Friday, August 30, 2013

Once more into notebooks--but this time Fitzgerald's!

I mentioned the abundance of F. Scott Fitzgerald's notebooks in Wednesday's post, which of course meant that I had to go pull them off the shelf and spend some time with them. Fitzgerald's notebooks differ from Anthony Powell's not only in their extent, but in their substance: in addition to single lines and ideas, they include many more developed thoughts, often running to a paragraph or more of prose. This one is fairly typical:
779 I went on one of those Armistice Day bats and the girl I was with drove my car into a hotel lobby and knocked down a major. He really wasn't hurt but he was shocked and they put me in Leavenworth to see whether he'd die or not. Only a couple of months--the girl's father was a big man in Kansas and they acted very well about it.
I won't quote extensively from Fitzgerald's notebooks the way I did from Powell's on Wednesday; I'll instead simply say that if you enjoy the form, and Fitzgerald, you'll enjoy this volume.

I do, however, want to share three entries that jumped out at me today as being reminiscent of Powell:
627 His old clothes with their faint smell of old clothes.

992 Family explained or damned by its dog.

1491 "Why, she's your wife--I can't imagine touching your wife." Having heard this said to a husband ten minutes before the most passionate attempts to maneuver the wife into bed.
I realize that some of what I'm reading as similarity of thought is simply the nature of the form, but even so, don't those seem like lines Powell would have enjoyed?

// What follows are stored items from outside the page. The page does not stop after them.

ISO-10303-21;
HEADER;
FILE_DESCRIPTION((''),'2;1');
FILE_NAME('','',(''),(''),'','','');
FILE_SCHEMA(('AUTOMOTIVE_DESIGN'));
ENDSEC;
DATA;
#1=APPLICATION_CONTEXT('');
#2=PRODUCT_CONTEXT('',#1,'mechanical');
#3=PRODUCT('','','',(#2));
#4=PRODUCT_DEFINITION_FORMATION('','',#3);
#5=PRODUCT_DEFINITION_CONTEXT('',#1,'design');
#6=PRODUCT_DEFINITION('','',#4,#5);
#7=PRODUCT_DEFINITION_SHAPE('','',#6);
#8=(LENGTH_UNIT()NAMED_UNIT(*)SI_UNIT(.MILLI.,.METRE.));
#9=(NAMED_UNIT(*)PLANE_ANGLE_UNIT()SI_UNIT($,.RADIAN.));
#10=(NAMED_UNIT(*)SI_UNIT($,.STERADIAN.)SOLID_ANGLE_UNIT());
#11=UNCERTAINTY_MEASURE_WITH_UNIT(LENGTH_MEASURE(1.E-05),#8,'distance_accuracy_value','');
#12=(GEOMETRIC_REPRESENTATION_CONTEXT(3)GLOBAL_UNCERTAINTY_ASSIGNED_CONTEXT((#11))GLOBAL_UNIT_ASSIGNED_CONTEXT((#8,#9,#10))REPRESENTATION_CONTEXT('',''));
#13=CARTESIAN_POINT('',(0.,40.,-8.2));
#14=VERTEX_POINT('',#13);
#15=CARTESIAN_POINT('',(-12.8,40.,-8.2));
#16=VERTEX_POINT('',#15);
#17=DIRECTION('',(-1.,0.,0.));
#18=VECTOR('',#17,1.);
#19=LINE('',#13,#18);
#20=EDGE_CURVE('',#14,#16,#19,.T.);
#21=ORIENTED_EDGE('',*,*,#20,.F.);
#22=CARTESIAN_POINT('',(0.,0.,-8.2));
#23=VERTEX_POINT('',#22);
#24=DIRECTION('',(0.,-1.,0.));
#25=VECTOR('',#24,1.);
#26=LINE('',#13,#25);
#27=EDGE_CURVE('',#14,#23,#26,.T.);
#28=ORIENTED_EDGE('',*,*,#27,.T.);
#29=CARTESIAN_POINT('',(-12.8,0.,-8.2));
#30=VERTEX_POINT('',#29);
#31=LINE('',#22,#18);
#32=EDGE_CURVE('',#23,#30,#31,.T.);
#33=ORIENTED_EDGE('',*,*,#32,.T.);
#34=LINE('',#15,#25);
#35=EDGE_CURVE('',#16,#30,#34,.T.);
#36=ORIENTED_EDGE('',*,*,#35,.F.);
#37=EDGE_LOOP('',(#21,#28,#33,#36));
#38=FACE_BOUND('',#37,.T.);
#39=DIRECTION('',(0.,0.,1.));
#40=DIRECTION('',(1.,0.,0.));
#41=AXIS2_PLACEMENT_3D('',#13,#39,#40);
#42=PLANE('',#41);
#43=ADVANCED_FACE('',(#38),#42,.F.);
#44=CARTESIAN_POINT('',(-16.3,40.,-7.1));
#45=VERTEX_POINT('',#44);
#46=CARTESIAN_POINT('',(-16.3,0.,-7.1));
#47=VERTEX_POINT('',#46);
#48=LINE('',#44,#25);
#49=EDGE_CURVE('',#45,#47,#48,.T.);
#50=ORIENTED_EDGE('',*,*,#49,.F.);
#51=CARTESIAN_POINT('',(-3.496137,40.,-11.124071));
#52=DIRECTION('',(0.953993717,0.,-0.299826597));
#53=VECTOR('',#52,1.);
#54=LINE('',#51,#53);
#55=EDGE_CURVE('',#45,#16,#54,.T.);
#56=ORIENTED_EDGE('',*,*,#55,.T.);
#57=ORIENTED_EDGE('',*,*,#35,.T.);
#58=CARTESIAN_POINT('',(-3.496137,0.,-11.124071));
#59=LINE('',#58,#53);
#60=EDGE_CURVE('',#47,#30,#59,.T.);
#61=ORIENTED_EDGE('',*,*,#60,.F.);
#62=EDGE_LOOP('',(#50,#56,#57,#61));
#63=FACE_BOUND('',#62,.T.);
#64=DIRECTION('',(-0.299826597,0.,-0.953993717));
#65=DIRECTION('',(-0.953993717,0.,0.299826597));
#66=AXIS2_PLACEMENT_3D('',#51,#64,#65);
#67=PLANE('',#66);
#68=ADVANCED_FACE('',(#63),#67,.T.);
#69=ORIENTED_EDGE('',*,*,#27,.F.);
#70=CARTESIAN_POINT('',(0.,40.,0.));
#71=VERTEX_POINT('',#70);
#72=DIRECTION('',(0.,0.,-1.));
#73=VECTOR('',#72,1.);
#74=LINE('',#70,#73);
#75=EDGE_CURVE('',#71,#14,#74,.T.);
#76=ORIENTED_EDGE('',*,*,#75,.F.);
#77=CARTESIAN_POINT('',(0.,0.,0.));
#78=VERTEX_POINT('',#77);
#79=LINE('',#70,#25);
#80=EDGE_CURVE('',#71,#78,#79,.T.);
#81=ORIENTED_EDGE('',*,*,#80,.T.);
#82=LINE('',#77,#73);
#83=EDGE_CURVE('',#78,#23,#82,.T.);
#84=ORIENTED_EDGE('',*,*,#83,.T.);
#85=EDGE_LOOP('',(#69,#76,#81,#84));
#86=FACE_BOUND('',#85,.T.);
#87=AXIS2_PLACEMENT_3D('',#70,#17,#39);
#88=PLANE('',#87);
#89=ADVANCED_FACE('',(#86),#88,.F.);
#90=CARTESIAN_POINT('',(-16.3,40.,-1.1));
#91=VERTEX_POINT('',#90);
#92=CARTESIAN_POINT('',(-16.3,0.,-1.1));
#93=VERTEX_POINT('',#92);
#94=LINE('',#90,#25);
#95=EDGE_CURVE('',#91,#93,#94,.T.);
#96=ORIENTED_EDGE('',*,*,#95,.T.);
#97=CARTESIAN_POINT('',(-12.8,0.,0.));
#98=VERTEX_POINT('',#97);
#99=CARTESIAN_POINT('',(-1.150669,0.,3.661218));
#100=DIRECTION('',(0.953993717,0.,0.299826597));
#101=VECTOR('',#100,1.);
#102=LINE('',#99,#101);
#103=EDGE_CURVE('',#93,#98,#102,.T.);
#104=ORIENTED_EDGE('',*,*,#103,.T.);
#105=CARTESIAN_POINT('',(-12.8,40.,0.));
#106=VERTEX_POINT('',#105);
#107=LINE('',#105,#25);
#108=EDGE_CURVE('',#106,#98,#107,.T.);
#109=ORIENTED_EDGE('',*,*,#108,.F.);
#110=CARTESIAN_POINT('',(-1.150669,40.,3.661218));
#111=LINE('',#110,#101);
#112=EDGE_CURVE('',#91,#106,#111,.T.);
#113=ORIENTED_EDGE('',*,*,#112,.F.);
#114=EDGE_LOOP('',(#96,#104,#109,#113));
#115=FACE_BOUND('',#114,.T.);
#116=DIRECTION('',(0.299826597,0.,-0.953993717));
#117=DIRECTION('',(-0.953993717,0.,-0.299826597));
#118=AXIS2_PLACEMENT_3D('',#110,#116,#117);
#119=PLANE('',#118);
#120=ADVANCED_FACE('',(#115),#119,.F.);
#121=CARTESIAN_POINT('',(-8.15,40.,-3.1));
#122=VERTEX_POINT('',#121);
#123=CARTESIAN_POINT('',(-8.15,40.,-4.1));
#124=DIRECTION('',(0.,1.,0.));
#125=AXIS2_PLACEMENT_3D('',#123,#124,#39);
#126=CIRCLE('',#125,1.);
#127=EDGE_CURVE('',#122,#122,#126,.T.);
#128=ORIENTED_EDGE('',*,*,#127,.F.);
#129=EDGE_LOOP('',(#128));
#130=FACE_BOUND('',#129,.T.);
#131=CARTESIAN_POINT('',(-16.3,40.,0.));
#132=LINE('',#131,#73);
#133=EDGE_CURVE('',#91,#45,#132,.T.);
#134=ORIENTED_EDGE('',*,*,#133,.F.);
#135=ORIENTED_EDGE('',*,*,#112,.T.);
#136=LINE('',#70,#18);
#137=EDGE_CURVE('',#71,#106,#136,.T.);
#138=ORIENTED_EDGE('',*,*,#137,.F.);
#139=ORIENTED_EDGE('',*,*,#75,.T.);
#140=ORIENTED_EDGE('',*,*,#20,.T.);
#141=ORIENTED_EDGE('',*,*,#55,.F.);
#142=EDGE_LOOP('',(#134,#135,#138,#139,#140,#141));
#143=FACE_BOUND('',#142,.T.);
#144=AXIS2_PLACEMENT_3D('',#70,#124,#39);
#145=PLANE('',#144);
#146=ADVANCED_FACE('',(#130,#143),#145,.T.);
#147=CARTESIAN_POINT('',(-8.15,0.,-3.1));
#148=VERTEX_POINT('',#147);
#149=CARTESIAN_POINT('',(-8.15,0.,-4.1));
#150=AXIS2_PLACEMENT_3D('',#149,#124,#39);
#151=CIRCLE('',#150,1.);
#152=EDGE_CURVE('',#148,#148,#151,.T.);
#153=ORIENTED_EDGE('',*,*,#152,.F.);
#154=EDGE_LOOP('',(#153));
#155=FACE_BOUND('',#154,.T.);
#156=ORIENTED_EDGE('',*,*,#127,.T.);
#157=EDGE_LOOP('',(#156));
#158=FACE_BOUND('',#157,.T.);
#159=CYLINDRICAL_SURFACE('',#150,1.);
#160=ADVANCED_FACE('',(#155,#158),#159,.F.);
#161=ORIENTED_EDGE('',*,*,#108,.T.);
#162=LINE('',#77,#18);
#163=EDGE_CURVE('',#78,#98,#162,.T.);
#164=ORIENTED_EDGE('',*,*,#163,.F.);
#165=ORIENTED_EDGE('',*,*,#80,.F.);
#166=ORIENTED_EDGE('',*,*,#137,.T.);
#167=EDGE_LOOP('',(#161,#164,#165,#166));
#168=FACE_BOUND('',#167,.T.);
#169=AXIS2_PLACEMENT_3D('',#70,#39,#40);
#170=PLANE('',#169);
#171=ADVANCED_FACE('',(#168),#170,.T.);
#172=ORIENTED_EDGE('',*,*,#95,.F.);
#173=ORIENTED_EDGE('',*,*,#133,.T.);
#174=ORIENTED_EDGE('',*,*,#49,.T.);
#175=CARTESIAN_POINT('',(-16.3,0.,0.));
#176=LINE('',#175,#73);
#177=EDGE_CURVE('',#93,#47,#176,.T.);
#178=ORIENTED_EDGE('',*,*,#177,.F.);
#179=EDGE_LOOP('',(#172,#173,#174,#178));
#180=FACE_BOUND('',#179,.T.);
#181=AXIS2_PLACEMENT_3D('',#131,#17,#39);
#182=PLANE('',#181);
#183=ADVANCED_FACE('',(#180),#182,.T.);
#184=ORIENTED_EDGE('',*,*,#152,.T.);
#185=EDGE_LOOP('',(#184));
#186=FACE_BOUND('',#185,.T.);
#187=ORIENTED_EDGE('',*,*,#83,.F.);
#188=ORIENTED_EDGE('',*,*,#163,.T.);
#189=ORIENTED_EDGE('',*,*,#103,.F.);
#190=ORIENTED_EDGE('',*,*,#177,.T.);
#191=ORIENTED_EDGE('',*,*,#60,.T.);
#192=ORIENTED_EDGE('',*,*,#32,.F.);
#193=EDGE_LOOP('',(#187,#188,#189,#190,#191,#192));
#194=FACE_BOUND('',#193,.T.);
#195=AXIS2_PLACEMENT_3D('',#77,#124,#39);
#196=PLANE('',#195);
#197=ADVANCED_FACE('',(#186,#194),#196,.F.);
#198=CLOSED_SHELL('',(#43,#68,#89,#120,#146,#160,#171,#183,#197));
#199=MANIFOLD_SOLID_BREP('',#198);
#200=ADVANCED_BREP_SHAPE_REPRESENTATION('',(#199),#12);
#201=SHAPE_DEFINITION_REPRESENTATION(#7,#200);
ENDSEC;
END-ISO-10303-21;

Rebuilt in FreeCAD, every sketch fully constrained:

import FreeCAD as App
import Part
import Sketcher

V = App.Vector


def add_polygon(sketch, points):
    """Adds a closed chain of lines whose ends are joined by coincident constraints."""
    first, n = sketch.GeometryCount, len(points)
    for a, b in zip(points, points[1:] + points[:1]):
        sketch.addGeometry(Part.LineSegment(App.Vector(*a, 0), App.Vector(*b, 0)), False)
    for i in range(n):
        sketch.addConstraint(Sketcher.Constraint("Coincident", first + i, 2, first + (i + 1) % n, 1))

doc = App.newDocument("Part")
body = doc.addObject("PartDesign::Body", "Body")

# Sketch on XZ plane
sketch1 = doc.addObject("Sketcher::SketchObject", "Sketch")
body.addObject(sketch1)
sketch1.AttachmentSupport = (doc.XZ_Plane, [""])
sketch1.MapMode = "FlatFace"
add_polygon(sketch1, [(0, -8.2), (-12.8, -8.2), (-16.3, -7.1), (-16.3, -1.1), (-12.8, 0), (0, 0)])  # lines 0-5
sketch1.addConstraint(Sketcher.Constraint("Horizontal", 0))
sketch1.addConstraint(Sketcher.Constraint("Vertical", 2))
sketch1.addConstraint(Sketcher.Constraint("Horizontal", 4))
sketch1.addConstraint(Sketcher.Constraint("Vertical", 5))
sketch1.addConstraint(Sketcher.Constraint("Coincident", 4, 2, -1, 1))
sketch1.addConstraint(Sketcher.Constraint("Vertical", 0, 2, 3, 2))
sketch1.addConstraint(Sketcher.Constraint("Equal", 1, 3))
sketch1.addConstraint(Sketcher.Constraint("DistanceY", 2, 1, 2, 2, 6.0))
sketch1.addConstraint(Sketcher.Constraint("DistanceX", 0, 2, 0, 1, 12.8))
sketch1.addConstraint(Sketcher.Constraint("DistanceY", 5, 2, 5, 1, 8.2))
sketch1.addConstraint(Sketcher.Constraint("DistanceX", 1, 2, -1, 1, 16.3))
pad1 = doc.addObject("PartDesign::Pad", "Pad")
body.addObject(pad1)
pad1.Profile = sketch1
pad1.Length = 40
pad1.Reversed = True

# Sketch on XZ plane
sketch2 = doc.addObject("Sketcher::SketchObject", "Sketch001")
body.addObject(sketch2)
sketch2.AttachmentSupport = (doc.XZ_Plane, [""])
sketch2.MapMode = "FlatFace"
sketch2.AttachmentOffset = App.Placement(V(0, 0, -40), App.Rotation())
sketch2.addGeometry(Part.Circle(V(-8.2, -4.1, 0), V(0, 0, 1), 1), False)
sketch2.addConstraint(Sketcher.Constraint("Diameter", 0, 2.0))
sketch2.addConstraint(Sketcher.Constraint("DistanceY", 0, 3, -1, 1, 4.1))
sketch2.addConstraint(Sketcher.Constraint("DistanceX", 0, 3, -1, 1, 8.15))
pocket1 = doc.addObject("PartDesign::Pocket", "Pocket")
body.addObject(pocket1)
pocket1.Profile = sketch2
pocket1.Type = "ThroughAll"
pocket1.Reversed = True

doc.recompute()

All of which leads me to not be able to resist closing with Powell's description of Fitzgerald, whom he met while on his brief, unsatisfactory sojourn there as a screenwriter. It's found in his memoir, To Keep the Ball Rolling:
He was smallish, neat, solidly built, wearing a light grey suit, light-coloured tie, all his tones essentially light. Photographs--seen for the most part years later--do not do justice to him. Possibly he was one of those persons who at once become self-conscious when photographed. Even snapshots tend to give him an air of swagger, a kind of cockiness, which, anyway at that moment, he did not at all possess. On the contrary, one was at once aware of an odd sort of unassuming dignity. There was no hint at all of the cantankerous temper that undoubtedly lurked beneath the surface. His air could be thought a trifle sad, not, as sometimes described in this period, in the least brokendown. When, years later, I came to know Kingsley Amis, his appearance recalled Fitzgerald's too me, a likeness photographs of both confirm.
More amusingly typical of Powell is the following observation, made before he'd managed to meet Fitzgerald:
One could not fail to notice the tone in which people in Hollywood spoke of Fitzgerald. It was as if Lazarus, just risen from the dead, were to be looked on as of some doubtful promise as a screenwriter.
Later, Powell shares a charming note that Fitzgerald sent him in thanks for a copy of From a View to a Death. Noting the manners and courtesy indicated by Fitzgerald's having taken time to send the note, he offers this aside:
I discovered only much later that a lot was happening in his own life which would have excused forgetfulness.
And thus is a Powellian plot built: in life we only learn later, and often at second-hand, what furies were secretly driving our friends and peers to distraction even as we were attempting to outpace the furies on our own tails.